● **AIM OF THE EXERCISE**: Retype the records exactly.

● **Saved data entries**:
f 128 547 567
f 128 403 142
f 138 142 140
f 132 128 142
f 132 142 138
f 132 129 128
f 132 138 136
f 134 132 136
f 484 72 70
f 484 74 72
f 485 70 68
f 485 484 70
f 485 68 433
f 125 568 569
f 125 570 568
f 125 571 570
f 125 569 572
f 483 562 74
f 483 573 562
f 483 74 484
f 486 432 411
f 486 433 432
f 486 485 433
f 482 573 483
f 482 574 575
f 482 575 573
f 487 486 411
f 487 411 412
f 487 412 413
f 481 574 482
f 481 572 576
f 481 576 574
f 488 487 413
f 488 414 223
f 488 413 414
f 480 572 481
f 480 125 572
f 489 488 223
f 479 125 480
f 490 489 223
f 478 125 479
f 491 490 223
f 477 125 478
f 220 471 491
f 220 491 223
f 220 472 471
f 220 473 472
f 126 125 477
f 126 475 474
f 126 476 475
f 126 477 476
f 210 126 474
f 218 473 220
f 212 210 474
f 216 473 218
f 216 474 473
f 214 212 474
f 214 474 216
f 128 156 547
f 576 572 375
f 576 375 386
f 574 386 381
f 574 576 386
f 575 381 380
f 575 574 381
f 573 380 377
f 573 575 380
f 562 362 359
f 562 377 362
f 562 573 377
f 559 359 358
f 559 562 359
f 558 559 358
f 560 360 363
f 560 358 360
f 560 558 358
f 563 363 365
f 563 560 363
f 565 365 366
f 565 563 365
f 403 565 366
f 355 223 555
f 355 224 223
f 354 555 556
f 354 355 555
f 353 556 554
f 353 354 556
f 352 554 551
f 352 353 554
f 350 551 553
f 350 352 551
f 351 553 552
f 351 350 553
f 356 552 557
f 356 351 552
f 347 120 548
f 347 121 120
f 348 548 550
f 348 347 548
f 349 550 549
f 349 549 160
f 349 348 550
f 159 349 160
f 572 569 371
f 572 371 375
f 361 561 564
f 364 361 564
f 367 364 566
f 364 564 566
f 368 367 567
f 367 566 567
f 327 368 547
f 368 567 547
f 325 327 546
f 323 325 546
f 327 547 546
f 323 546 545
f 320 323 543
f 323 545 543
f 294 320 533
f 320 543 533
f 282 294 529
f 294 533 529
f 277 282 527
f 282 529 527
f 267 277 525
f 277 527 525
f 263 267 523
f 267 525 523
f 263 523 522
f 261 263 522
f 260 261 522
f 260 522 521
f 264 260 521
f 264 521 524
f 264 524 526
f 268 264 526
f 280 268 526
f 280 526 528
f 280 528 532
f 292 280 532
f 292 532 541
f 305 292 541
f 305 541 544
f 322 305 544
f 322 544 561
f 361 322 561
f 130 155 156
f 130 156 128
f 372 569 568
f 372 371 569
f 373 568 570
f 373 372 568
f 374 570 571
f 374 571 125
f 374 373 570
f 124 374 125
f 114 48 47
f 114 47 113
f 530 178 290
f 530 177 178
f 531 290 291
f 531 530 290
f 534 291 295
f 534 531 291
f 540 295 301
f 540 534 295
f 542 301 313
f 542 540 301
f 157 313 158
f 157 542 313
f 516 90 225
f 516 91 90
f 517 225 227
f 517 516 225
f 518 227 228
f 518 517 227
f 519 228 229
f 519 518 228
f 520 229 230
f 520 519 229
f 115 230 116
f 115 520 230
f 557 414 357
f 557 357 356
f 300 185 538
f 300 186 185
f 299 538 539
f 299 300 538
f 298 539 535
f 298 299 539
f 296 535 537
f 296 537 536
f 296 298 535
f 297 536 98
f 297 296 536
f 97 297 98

● **RESPONSE AREA**:
f 128 547 567
f 128 403 142
f 138 142 140
f 132 128 142
f 132 142 138
f 132 129 128
f 132 138 136
f 134 132 136
f 484 72 70
f 484 74 72
f 485 70 68
f 485 484 70
f 485 68 433
f 125 568 569
f 125 570 568
f 125 571 570
f 125 569 572
f 483 562 74
f 483 573 562
f 483 74 484
f 486 432 411
f 486 433 432
f 486 485 433
f 482 573 483
f 482 574 575
f 482 575 573
f 487 486 411
f 487 411 412
f 487 412 413
f 481 574 482
f 481 572 576
f 481 576 574
f 488 487 413
f 488 414 223
f 488 413 414
f 480 572 481
f 480 125 572
f 489 488 223
f 479 125 480
f 490 489 223
f 478 125 479
f 491 490 223
f 477 125 478
f 220 471 491
f 220 491 223
f 220 472 471
f 220 473 472
f 126 125 477
f 126 475 474
f 126 476 475
f 126 477 476
f 210 126 474
f 218 473 220
f 212 210 474
f 216 473 218
f 216 474 473
f 214 212 474
f 214 474 216
f 128 156 547
f 576 572 375
f 576 375 386
f 574 386 381
f 574 576 386
f 575 381 380
f 575 574 381
f 573 380 377
f 573 575 380
f 562 362 359
f 562 377 362
f 562 573 377
f 559 359 358
f 559 562 359
f 558 559 358
f 560 360 363
f 560 358 360
f 560 558 358
f 563 363 365
f 563 560 363
f 565 365 366
f 565 563 365
f 403 565 366
f 355 223 555
f 355 224 223
f 354 555 556
f 354 355 555
f 353 556 554
f 353 354 556
f 352 554 551
f 352 353 554
f 350 551 553
f 350 352 551
f 351 553 552
f 351 350 553
f 356 552 557
f 356 351 552
f 347 120 548
f 347 121 120
f 348 548 550
f 348 347 548
f 349 550 549
f 349 549 160
f 349 348 550
f 159 349 160
f 572 569 371
f 572 371 375
f 361 561 564
f 364 361 564
f 367 364 566
f 364 564 566
f 368 367 567
f 367 566 567
f 327 368 547
f 368 567 547
f 325 327 546
f 323 325 546
f 327 547 546
f 323 546 545
f 320 323 543
f 323 545 543
f 294 320 533
f 320 543 533
f 282 294 529
f 294 533 529
f 277 282 527
f 282 529 527
f 267 277 525
f 277 527 525
f 263 267 523
f 267 525 523
f 263 523 522
f 261 263 522
f 260 261 522
f 260 522 521
f 264 260 521
f 264 521 524
f 264 524 526
f 268 264 526
f 280 268 526
f 280 526 528
f 280 528 532
f 292 280 532
f 292 532 541
f 305 292 541
f 305 541 544
f 322 305 544
f 322 544 561
f 361 322 561
f 130 155 156
f 130 156 128
f 372 569 568
f 372 371 569
f 373 568 570
f 373 372 568
f 374 570 571
f 374 571 125
f 374 373 570
f 124 374 125
f 114 48 47
f 114 47 113
f 530 178 290
f 530 177 178
f 531 290 291
f 531 530 290
f 534 291 295
f 534 531 291
f 540 295 301
f 540 534 295
f 542 301 313
f 542 540 301
f 157 313 158
f 157 542 313
f 516 90 225
f 516 91 90
f 517 225 227
f 517 516 225
f 518 227 228
f 518 517 227
f 519 228 229
f 519 518 228
f 520 229 230
f 520 519 229
f 115 230 116
f 115 520 230
f 557 414 357
f 557 357 356
f 300 185 538
f 300 186 185
f 299 538 539
f 299 300 538
f 298 539 535
f 298 299 539
f 296 535 537
f 296 537 536
f 296 298 535
f 297 536 98
f 297 296 536
f 97 297 98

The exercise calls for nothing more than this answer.